As legislation that would shift investment adviser regulation from the SEC to an industry-run group heads toward a committee vote, another leading Democrat on the panel has come out in opposition to the measure.
Rep. Maxine Waters, D-Calif., the second-highest ranking Democrat on the House Financial Services Committee, said that she favors keeping adviser oversight with the Securities and Exchange Commission.
“My optimal solution is to fund a robust SEC that can carry out the mandate we entrusted it with,” Ms. Waters told the North American Securities Administrators Association public-policy conference Monday.
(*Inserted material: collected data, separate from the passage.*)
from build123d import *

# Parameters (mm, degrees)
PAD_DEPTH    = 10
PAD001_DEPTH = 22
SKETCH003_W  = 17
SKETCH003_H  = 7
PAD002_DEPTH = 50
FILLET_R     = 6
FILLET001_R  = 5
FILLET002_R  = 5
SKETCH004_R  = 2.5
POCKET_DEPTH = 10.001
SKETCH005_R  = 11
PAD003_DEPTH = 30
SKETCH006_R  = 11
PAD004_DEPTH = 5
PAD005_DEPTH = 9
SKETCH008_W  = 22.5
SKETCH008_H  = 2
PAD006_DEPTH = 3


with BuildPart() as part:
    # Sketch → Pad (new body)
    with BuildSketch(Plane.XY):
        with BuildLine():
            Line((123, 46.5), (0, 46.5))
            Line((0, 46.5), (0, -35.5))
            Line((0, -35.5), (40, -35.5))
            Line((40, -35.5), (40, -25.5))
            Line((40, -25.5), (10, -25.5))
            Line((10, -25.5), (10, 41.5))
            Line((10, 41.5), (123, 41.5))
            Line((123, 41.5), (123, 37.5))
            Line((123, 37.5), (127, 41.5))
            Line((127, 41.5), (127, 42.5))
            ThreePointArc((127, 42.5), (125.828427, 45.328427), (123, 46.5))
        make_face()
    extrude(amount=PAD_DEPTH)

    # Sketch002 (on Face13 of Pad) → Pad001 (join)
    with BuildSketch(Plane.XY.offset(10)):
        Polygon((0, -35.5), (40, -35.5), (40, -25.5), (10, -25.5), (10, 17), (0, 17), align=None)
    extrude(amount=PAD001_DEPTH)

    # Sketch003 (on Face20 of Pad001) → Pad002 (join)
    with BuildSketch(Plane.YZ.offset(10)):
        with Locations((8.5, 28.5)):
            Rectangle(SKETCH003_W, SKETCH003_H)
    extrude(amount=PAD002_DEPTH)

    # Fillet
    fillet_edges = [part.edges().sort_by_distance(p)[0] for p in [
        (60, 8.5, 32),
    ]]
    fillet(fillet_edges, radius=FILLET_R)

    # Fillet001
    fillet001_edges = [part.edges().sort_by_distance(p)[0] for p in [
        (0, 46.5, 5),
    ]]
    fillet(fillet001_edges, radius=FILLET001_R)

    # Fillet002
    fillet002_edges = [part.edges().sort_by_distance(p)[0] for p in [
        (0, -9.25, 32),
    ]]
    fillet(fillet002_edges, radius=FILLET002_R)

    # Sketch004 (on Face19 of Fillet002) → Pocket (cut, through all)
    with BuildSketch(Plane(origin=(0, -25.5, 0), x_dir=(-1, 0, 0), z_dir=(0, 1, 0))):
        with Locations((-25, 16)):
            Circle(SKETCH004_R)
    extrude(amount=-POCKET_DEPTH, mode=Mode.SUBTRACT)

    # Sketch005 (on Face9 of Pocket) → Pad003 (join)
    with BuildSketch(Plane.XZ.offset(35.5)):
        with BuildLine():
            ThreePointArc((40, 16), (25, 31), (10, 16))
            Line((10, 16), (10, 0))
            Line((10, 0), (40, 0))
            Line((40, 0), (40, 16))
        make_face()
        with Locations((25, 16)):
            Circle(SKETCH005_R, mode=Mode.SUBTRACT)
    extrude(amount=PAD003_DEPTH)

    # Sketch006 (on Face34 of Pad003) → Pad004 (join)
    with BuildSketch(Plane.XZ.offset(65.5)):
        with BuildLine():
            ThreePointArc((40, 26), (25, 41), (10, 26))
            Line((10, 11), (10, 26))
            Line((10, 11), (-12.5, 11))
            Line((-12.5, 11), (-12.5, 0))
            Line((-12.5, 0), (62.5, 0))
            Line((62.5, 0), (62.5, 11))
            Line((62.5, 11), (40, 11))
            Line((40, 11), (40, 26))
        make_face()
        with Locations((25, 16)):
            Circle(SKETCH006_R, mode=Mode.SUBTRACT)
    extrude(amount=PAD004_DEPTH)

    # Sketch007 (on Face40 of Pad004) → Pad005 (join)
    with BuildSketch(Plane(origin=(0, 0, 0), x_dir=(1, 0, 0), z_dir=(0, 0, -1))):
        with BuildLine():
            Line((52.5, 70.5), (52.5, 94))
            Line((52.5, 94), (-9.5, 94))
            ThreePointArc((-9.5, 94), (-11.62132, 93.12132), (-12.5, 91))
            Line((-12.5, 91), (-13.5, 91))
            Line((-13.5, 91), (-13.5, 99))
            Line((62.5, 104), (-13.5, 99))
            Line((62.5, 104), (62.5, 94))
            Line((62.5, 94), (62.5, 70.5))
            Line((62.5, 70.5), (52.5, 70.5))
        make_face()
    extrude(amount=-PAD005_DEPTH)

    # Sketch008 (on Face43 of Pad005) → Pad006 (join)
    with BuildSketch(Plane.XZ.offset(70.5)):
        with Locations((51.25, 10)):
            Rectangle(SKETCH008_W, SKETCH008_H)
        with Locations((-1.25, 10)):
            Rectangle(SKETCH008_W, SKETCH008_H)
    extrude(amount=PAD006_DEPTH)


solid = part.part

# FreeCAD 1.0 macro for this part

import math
import FreeCAD as App
import Part
import Sketcher

V = App.Vector
Q = App.Units.Quantity


def edges_at(feature, points):
    """Names of the edges that pass closest to the given points."""
    edges = feature.Shape.Edges
    near = lambda p: min(range(len(edges)), key=lambda i: edges[i].distToShape(Part.Vertex(*p))[0])
    return sorted({f"Edge{near(p) + 1}" for p in points})

doc = App.newDocument("Part")
body = doc.addObject("PartDesign::Body", "Body")

# Sketch on XY plane
sketch1 = body.newObject("Sketcher::SketchObject", "Sketch")
sketch1.AttachmentSupport = (doc.getObject("XY_Plane"), [""])
sketch1.MapMode = "FlatFace"
sketch1.addGeometry([
    Part.LineSegment(V(123, 46.5, 0), V(0, 46.5, 0)),  # 0
    Part.LineSegment(V(0, 46.5, 0), V(0, -35.5, 0)),  # 1
    Part.LineSegment(V(0, -35.5, 0), V(40, -35.5, 0)),  # 2
    Part.LineSegment(V(40, -35.5, 0), V(40, -25.5, 0)),  # 3
    Part.LineSegment(V(40, -25.5, 0), V(10, -25.5, 0)),  # 4
    Part.LineSegment(V(10, -25.5, 0), V(10, 41.5, 0)),  # 5
    Part.LineSegment(V(10, 41.5, 0), V(123, 41.5, 0)),  # 6
    Part.LineSegment(V(123, 41.5, 0), V(123, 37.5, 0)),  # 7
    Part.LineSegment(V(123, 37.5, 0), V(127, 41.5, 0)),  # 8
    Part.LineSegment(V(127, 41.5, 0), V(127, 42.5, 0)),  # 9
    Part.ArcOfCircle(Part.Circle(V(123, 42.5, 0), V(0, 0, 1), 4), math.radians(0.000006), math.radians(89.999994)),  # 10
], False)
sketch1.addConstraint([
    Sketcher.Constraint("Coincident", 0, 2, 1, 1),
    Sketcher.Constraint("Coincident", 1, 2, 2, 1),
    Sketcher.Constraint("Coincident", 2, 2, 3, 1),
    Sketcher.Constraint("Coincident", 3, 2, 4, 1),
    Sketcher.Constraint("Coincident", 4, 2, 5, 1),
    Sketcher.Constraint("Coincident", 5, 2, 6, 1),
    Sketcher.Constraint("Coincident", 6, 2, 7, 1),
    Sketcher.Constraint("Coincident", 7, 2, 8, 1),
    Sketcher.Constraint("Coincident", 8, 2, 9, 1),
    Sketcher.Constraint("Tangent", 9, 2, 10, 1),
    Sketcher.Constraint("Tangent", 10, 2, 0, 1),
    Sketcher.Constraint("Horizontal", 0),
    Sketcher.Constraint("Vertical", 1),
    Sketcher.Constraint("Horizontal", 2),
    Sketcher.Constraint("Vertical", 3),
    Sketcher.Constraint("Horizontal", 4),
    Sketcher.Constraint("Vertical", 5),
    Sketcher.Constraint("Horizontal", 6),
    Sketcher.Constraint("Vertical", 7),
    Sketcher.Constraint("Vertical", 9),
    Sketcher.Constraint("PointOnObject", 0, 2, -2),
    Sketcher.Constraint("Horizontal", 6, 2, 8, 2),
    Sketcher.Constraint("Vertical", 10, 3, 6, 2),
    Sketcher.Constraint("Radius", 10, Q("4 mm")),
    Sketcher.Constraint("DistanceX", 0, 2, 0, 1, Q("123 mm")),
    Sketcher.Constraint("DistanceX", 2, 1, 2, 2, Q("40 mm")),
    Sketcher.Constraint("DistanceX", 4, 2, 4, 1, Q("30 mm")),
    Sketcher.Constraint("DistanceY", 1, 2, 1, 1, Q("82 mm")),
    Sketcher.Constraint("DistanceY", 3, 1, 3, 2, Q("10 mm")),
    Sketcher.Constraint("DistanceY", 5, 1, 5, 2, Q("67 mm")),
    Sketcher.Constraint("DistanceY", 7, 2, 7, 1, Q("4 mm")),
    Sketcher.Constraint("DistanceY", -1, 1, 10, 3, Q("42.5 mm")),
])
pad1 = body.newObject("PartDesign::Pad", "Pad")
pad1.Profile = sketch1
pad1.Length = 10

# Sketch on XY plane
sketch2 = body.newObject("Sketcher::SketchObject", "Sketch001")
sketch2.AttachmentSupport = (doc.getObject("XY_Plane"), [""])
sketch2.MapMode = "FlatFace"
sketch2.AttachmentOffset = App.Placement(V(0, 0, 10), App.Rotation())
sketch2.addGeometry([
    Part.LineSegment(V(0, -35.5, 0), V(40, -35.5, 0)),  # 0
    Part.LineSegment(V(40, -35.5, 0), V(40, -25.5, 0)),  # 1
    Part.LineSegment(V(40, -25.5, 0), V(10, -25.5, 0)),  # 2
    Part.LineSegment(V(10, -25.5, 0), V(10, 17, 0)),  # 3
    Part.LineSegment(V(10, 17, 0), V(0, 17, 0)),  # 4
    Part.LineSegment(V(0, 17, 0), V(0, -35.5, 0)),  # 5
], False)
sketch2.addConstraint([
    Sketcher.Constraint("Coincident", 0, 2, 1, 1),
    Sketcher.Constraint("Coincident", 1, 2, 2, 1),
    Sketcher.Constraint("Coincident", 2, 2, 3, 1),
    Sketcher.Constraint("Coincident", 3, 2, 4, 1),
    Sketcher.Constraint("Coincident", 4, 2, 5, 1),
    Sketcher.Constraint("Coincident", 5, 2, 0, 1),
    Sketcher.Constraint("Horizontal", 0),
    Sketcher.Constraint("Vertical", 1),
    Sketcher.Constraint("Horizontal", 2),
    Sketcher.Constraint("Vertical", 3),
    Sketcher.Constraint("Horizontal", 4),
    Sketcher.Constraint("Vertical", 5),
    Sketcher.Constraint("PointOnObject", 4, 2, -2),
    Sketcher.Constraint("Equal", 4, 1),
    Sketcher.Constraint("DistanceX", 0, 1, 0, 2, Q("40 mm")),
    Sketcher.Constraint("DistanceX", 2, 2, 2, 1, Q("30 mm")),
    Sketcher.Constraint("DistanceY", 3, 1, 3, 2, Q("42.5 mm")),
    Sketcher.Constraint("DistanceY", -1, 1, 3, 2, Q("17 mm")),
])
pad2 = body.newObject("PartDesign::Pad", "Pad001")
pad2.Profile = sketch2
pad2.Length = 22

# Sketch on YZ plane
sketch3 = body.newObject("Sketcher::SketchObject", "Sketch002")
sketch3.AttachmentSupport = (doc.getObject("YZ_Plane"), [""])
sketch3.MapMode = "FlatFace"
sketch3.AttachmentOffset = App.Placement(V(0, 0, 10), App.Rotation())
sketch3.addGeometry([
    Part.LineSegment(V(0, 32, 0), V(0, 25, 0)),
    Part.LineSegment(V(0, 25, 0), V(17, 25, 0)),
    Part.LineSegment(V(17, 25, 0), V(17, 32, 0)),
    Part.LineSegment(V(17, 32, 0), V(0, 32, 0)),
], False)
sketch3.addConstraint([
    Sketcher.Constraint("Coincident", 0, 2, 1, 1),
    Sketcher.Constraint("Coincident", 1, 2, 2, 1),
    Sketcher.Constraint("Coincident", 2, 2, 3, 1),
    Sketcher.Constraint("Coincident", 3, 2, 0, 1),
    Sketcher.Constraint("Vertical", 0),
    Sketcher.Constraint("Horizontal", 1),
    Sketcher.Constraint("Vertical", 2),
    Sketcher.Constraint("Horizontal", 3),
    Sketcher.Constraint("PointOnObject", 0, 2, -2),
    Sketcher.Constraint("DistanceX", 1, 1, 1, 2, Q("17 mm")),
    Sketcher.Constraint("DistanceY", 0, 2, 0, 1, Q("7 mm")),
    Sketcher.Constraint("DistanceY", -1, 1, 0, 2, Q("25 mm")),
])
pad3 = body.newObject("PartDesign::Pad", "Pad002")
pad3.Profile = sketch3
pad3.Length = 50
doc.recompute()

fillet = body.newObject("PartDesign::Fillet", "Fillet")
fillet.Base = (pad3, edges_at(pad3, [(60, 8.5, 32)]))
fillet.Radius = 6
doc.recompute()

fillet2 = body.newObject("PartDesign::Fillet", "Fillet001")
fillet2.Base = (fillet, edges_at(fillet, [(0, 46.5, 5)]))
fillet2.Radius = 5
doc.recompute()

fillet3 = body.newObject("PartDesign::Fillet", "Fillet002")
fillet3.Base = (fillet2, edges_at(fillet2, [(0, -9.25, 32)]))
fillet3.Radius = 5

# Sketch on XZ plane
sketch4 = body.newObject("Sketcher::SketchObject", "Sketch003")
sketch4.AttachmentSupport = (doc.getObject("XZ_Plane"), [""])
sketch4.MapMode = "FlatFace"
sketch4.AttachmentOffset = App.Placement(V(0, 0, 25.5), App.Rotation())
sketch4.addGeometry(Part.Circle(V(25, 16, 0), V(0, 0, 1), 2.5), False)
sketch4.addConstraint([
    Sketcher.Constraint("Diameter", 0, Q("5 mm")),
    Sketcher.Constraint("DistanceX", -1, 1, 0, 3, Q("25 mm")),
    Sketcher.Constraint("DistanceY", -1, 1, 0, 3, Q("16 mm")),
])
pocket1 = body.newObject("PartDesign::Pocket", "Pocket")
pocket1.Profile = sketch4
pocket1.Type = "ThroughAll"
pocket1.Reversed = True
On April 25, House Financial Services Committee Chairman Spencer Bachus, R-Ala., introduced a
bill that would authorize one or more self-regulatory organizations for investment advisers. Any adviser with retail clients would have to join one of the SROs and pay membership dues.
The measure responds to a January 2011 SEC study mandated by the Dodd-Frank financial reform law. That study showed that the SEC examines annually only about 8% of the approximately 12,000 advisers registered with the agency.
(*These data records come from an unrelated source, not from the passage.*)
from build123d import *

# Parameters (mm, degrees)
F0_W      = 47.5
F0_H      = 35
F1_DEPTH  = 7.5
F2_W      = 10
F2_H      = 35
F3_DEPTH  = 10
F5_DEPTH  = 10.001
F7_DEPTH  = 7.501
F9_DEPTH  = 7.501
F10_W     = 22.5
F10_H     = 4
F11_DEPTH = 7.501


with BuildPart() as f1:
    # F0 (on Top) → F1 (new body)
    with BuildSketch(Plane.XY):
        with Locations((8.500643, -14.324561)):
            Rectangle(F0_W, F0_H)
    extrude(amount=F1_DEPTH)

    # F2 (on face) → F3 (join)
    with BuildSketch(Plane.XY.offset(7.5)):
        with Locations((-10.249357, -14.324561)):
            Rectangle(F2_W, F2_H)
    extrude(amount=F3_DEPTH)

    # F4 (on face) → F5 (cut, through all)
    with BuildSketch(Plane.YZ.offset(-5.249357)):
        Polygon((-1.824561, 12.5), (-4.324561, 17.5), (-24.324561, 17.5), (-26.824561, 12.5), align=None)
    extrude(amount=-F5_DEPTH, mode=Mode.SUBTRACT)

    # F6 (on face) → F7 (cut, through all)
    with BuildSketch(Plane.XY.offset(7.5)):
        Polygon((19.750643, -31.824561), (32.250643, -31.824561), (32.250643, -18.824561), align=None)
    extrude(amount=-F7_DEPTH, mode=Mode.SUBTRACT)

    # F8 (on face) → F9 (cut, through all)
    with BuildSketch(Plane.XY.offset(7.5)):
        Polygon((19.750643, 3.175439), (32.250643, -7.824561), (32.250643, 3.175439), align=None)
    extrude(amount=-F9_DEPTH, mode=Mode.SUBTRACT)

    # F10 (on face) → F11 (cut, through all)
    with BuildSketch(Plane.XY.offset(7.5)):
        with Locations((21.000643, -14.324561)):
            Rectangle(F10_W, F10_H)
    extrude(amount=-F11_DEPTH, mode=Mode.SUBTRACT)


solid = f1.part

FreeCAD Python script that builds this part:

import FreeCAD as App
import Part
import Sketcher

V = App.Vector


def add_polygon(sketch, points):
    """Adds a closed chain of lines whose ends are joined by coincident constraints."""
    first, n = sketch.GeometryCount, len(points)
    for a, b in zip(points, points[1:] + points[:1]):
        sketch.addGeometry(Part.LineSegment(App.Vector(*a, 0), App.Vector(*b, 0)), False)
    for i in range(n):
        sketch.addConstraint(Sketcher.Constraint("Coincident", first + i, 2, first + (i + 1) % n, 1))

doc = App.newDocument("Part")
body = doc.addObject("PartDesign::Body", "Body")

# Sketch on XY plane
sketch1 = body.newObject("Sketcher::SketchObject", "Sketch")
sketch1.AttachmentSupport = (doc.getObject("XY_Plane"), [""])
sketch1.MapMode = "FlatFace"
add_polygon(sketch1, [(-15.249357, 3.175439), (-15.249357, -31.824561), (32.250643, -31.824561), (32.250643, 3.175439)])  # lines 0-3
sketch1.addConstraint([
    Sketcher.Constraint("Vertical", 0),
    Sketcher.Constraint("Horizontal", 1),
    Sketcher.Constraint("Vertical", 2),
    Sketcher.Constraint("Horizontal", 3),
    Sketcher.Constraint("DistanceY", 0, 2, 0, 1, 35.0),
    Sketcher.Constraint("DistanceX", 1, 1, 1, 2, 47.5),
    Sketcher.Constraint("DistanceY", 0, 2, -1, 1, 31.824561),
    Sketcher.Constraint("DistanceX", 0, 2, -1, 1, 15.249357),
])
pad1 = body.newObject("PartDesign::Pad", "Pad")
pad1.Profile = sketch1
pad1.Length = 7.5

# Sketch on XY plane
sketch2 = body.newObject("Sketcher::SketchObject", "Sketch001")
sketch2.AttachmentSupport = (doc.getObject("XY_Plane"), [""])
sketch2.MapMode = "FlatFace"
sketch2.AttachmentOffset = App.Placement(V(0, 0, 7.5), App.Rotation())
add_polygon(sketch2, [(-15.249357, 3.175439), (-15.249357, -31.824561), (-5.249357, -31.824561), (-5.249357, 3.175439)])  # lines 0-3
sketch2.addConstraint([
    Sketcher.Constraint("Vertical", 0),
    Sketcher.Constraint("Horizontal", 1),
    Sketcher.Constraint("Vertical", 2),
    Sketcher.Constraint("Horizontal", 3),
    Sketcher.Constraint("DistanceX", 1, 1, 1, 2, 10.0),
    Sketcher.Constraint("DistanceY", 0, 2, 0, 1, 35.0),
    Sketcher.Constraint("DistanceY", 0, 2, -1, 1, 31.824561),
    Sketcher.Constraint("DistanceX", 0, 2, -1, 1, 15.249357),
])
pad2 = body.newObject("PartDesign::Pad", "Pad001")
pad2.Profile = sketch2
pad2.Length = 10

# Sketch on YZ plane
sketch3 = body.newObject("Sketcher::SketchObject", "Sketch002")
sketch3.AttachmentSupport = (doc.getObject("YZ_Plane"), [""])
sketch3.MapMode = "FlatFace"
sketch3.AttachmentOffset = App.Placement(V(0, 0, -5.249357), App.Rotation())
add_polygon(sketch3, [(-1.824561, 12.5), (-4.324561, 17.5), (-24.324561, 17.5), (-26.824561, 12.5)])  # lines 0-3
sketch3.addConstraint([
    Sketcher.Constraint("Horizontal", 1),
    Sketcher.Constraint("Horizontal", 3),
    Sketcher.Constraint("Equal", 0, 2),
    Sketcher.Constraint("DistanceX", 1, 2, 1, 1, 20.0),
    Sketcher.Constraint("DistanceX", 3, 1, 3, 2, 25.0),
    Sketcher.Constraint("DistanceY", 2, 2, 1, 2, 5.0),
    Sketcher.Constraint("DistanceY", -1, 1, 0, 2, 17.5),
    Sketcher.Constraint("DistanceX", 0, 2, -1, 1, 4.324561),
])
pocket1 = body.newObject("PartDesign::Pocket", "Pocket")
pocket1.Profile = sketch3
pocket1.Type = "ThroughAll"

# Sketch on XY plane
sketch4 = body.newObject("Sketcher::SketchObject", "Sketch003")
sketch4.AttachmentSupport = (doc.getObject("XY_Plane"), [""])
sketch4.MapMode = "FlatFace"
sketch4.AttachmentOffset = App.Placement(V(0, 0, 7.5), App.Rotation())
add_polygon(sketch4, [(19.750643, -31.824561), (32.250643, -31.824561), (32.250643, -18.824561)])  # lines 0-2
sketch4.addConstraint([
    Sketcher.Constraint("Horizontal", 0),
    Sketcher.Constraint("Vertical", 1),
    Sketcher.Constraint("DistanceY", 1, 1, 1, 2, 13.0),
    Sketcher.Constraint("DistanceX", 0, 1, 0, 2, 12.5),
    Sketcher.Constraint("DistanceY", 0, 2, -1, 1, 31.824561),
    Sketcher.Constraint("DistanceX", -1, 1, 0, 2, 32.250643),
])
pocket2 = body.newObject("PartDesign::Pocket", "Pocket001")
pocket2.Profile = sketch4
pocket2.Type = "ThroughAll"

# Sketch on XY plane
sketch5 = body.newObject("Sketcher::SketchObject", "Sketch004")
sketch5.AttachmentSupport = (doc.getObject("XY_Plane"), [""])
sketch5.MapMode = "FlatFace"
sketch5.AttachmentOffset = App.Placement(V(0, 0, 7.5), App.Rotation())
add_polygon(sketch5, [(19.750643, 3.175439), (32.250643, -7.824561), (32.250643, 3.175439)])  # lines 0-2
sketch5.addConstraint([
    Sketcher.Constraint("Vertical", 1),
    Sketcher.Constraint("Horizontal", 2),
    Sketcher.Constraint("DistanceY", 1, 1, 1, 2, 11.0),
    Sketcher.Constraint("DistanceX", 2, 2, 2, 1, 12.5),
    Sketcher.Constraint("DistanceY", 0, 2, -1, 1, 7.824561),
    Sketcher.Constraint("DistanceX", -1, 1, 0, 2, 32.250643),
])
pocket3 = body.newObject("PartDesign::Pocket", "Pocket002")
pocket3.Profile = sketch5
pocket3.Type = "ThroughAll"

# Sketch on XY plane
sketch6 = body.newObject("Sketcher::SketchObject", "Sketch005")
sketch6.AttachmentSupport = (doc.getObject("XY_Plane"), [""])
sketch6.MapMode = "FlatFace"
sketch6.AttachmentOffset = App.Placement(V(0, 0, 7.5), App.Rotation())
add_polygon(sketch6, [(9.750643, -12.324561), (9.750643, -16.324561), (32.250643, -16.324561), (32.250643, -12.324561)])  # lines 0-3
sketch6.addConstraint([
    Sketcher.Constraint("Vertical", 0),
    Sketcher.Constraint("Horizontal", 1),
    Sketcher.Constraint("Vertical", 2),
    Sketcher.Constraint("Horizontal", 3),
    Sketcher.Constraint("DistanceY", 0, 2, 0, 1, 4.0),
    Sketcher.Constraint("DistanceX", 1, 1, 1, 2, 22.5),
    Sketcher.Constraint("DistanceY", 0, 2, -1, 1, 16.324561),
    Sketcher.Constraint("DistanceX", -1, 1, 0, 2, 9.750643),
])
pocket4 = body.newObject("PartDesign::Pocket", "Pocket003")
pocket4.Profile = sketch6
pocket4.Type = "ThroughAll"

doc.recompute()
The report recommended three ways to increase adviser examinations: establish an SRO, allow the SEC to charge user fees for examinations or extend the reach of the Financial Industry Regulatory Authority Inc., the broker-dealer SRO, to include brokers dually registered as advisers. Congress would have to approve any of the options.
Mr. Bachus said his bill would increase investor protection by subjecting advisers to more-frequent examinations. He emphasized bipartisan support for his bill by introducing it with Democratic Rep. Carolyn McCarthy, D-N.Y. Since then, however, Barney Frank, D-Mass., ranking member of the House Financial Services Committee, and now Ms. Waters have
come out against the bill.
Investment advisers fiercely resist the creation of an SRO, especially if Finra fills the role. They say it would be a
costly layer of additional rules by a regulator that doesn't understand the fiduciary-duty requirement that governs adviser interactions with clients. Brokers adhere to a less stringent suitability standard.
In talking with lawmakers, adviser lobbying organizations have been brandishing a Boston Consulting Group study that asserts that an SRO would cost twice as much as bolstering SEC oversight. Finra is now circulating its own cost calculation that is far lower than the consultant's estimate, however.
Adviser advocates have an ally in Ms. Waters, who supports the SEC user fee approach.
“I believe this option would be more cost effective for the investment adviser industry,” she said. “A reasonable user fee assessed by the SEC would be, by most accounts, substantially less than one assessed by any SRO.”
Ms. Waters also echoed a SRO criticism voiced by state regulators. “I'm concerned the bill would move to nationalize small- and midsize-investment-adviser regulation,” Ms. Waters said.
Jack Herstein, NASAA's president and assistant director of the Nebraska Department of Banking and Finance, slammed a Bachus bill provision that would require all investment advisers with retail clients — including those with less than $100 million in assets under management, who will soon be overseen by the states — to register with a self-regulatory organization.
The bill specifies that the SRO would leave regulation of the advisers to the states as long as the states examined them at least once every four years. But Mr. Herstein said that that still would leave a substantial burden on the advisers, who would have to continue to pay dues to the SRO.
“Even if the states do all the exams, the way [the bill] is currently written, the state investment advisers still have to join the SRO,” Mr. Herstein told reporters covering the NASAA conference. “That's a job-killing bill, because in most cases, most of the state investment advisers … are one- or two-man shops.”
Mr. Herstein also is not thrilled by the idea of state regulators reporting to an SRO — a key stipulation in the Bachus bill. He said there's no evidence that states have been deficient in overseeing advisers.
“If the purpose of the bill is basically to make sure that investment advisers are examined routinely, we agree with the congressman,” Mr. Herstein said. “However, states are not part of the problem. States don't need to be in [the bill].”
Observers expect the House Financial Services Committee to vote on the SRO bill after Congress returns from its Memorial Day recess.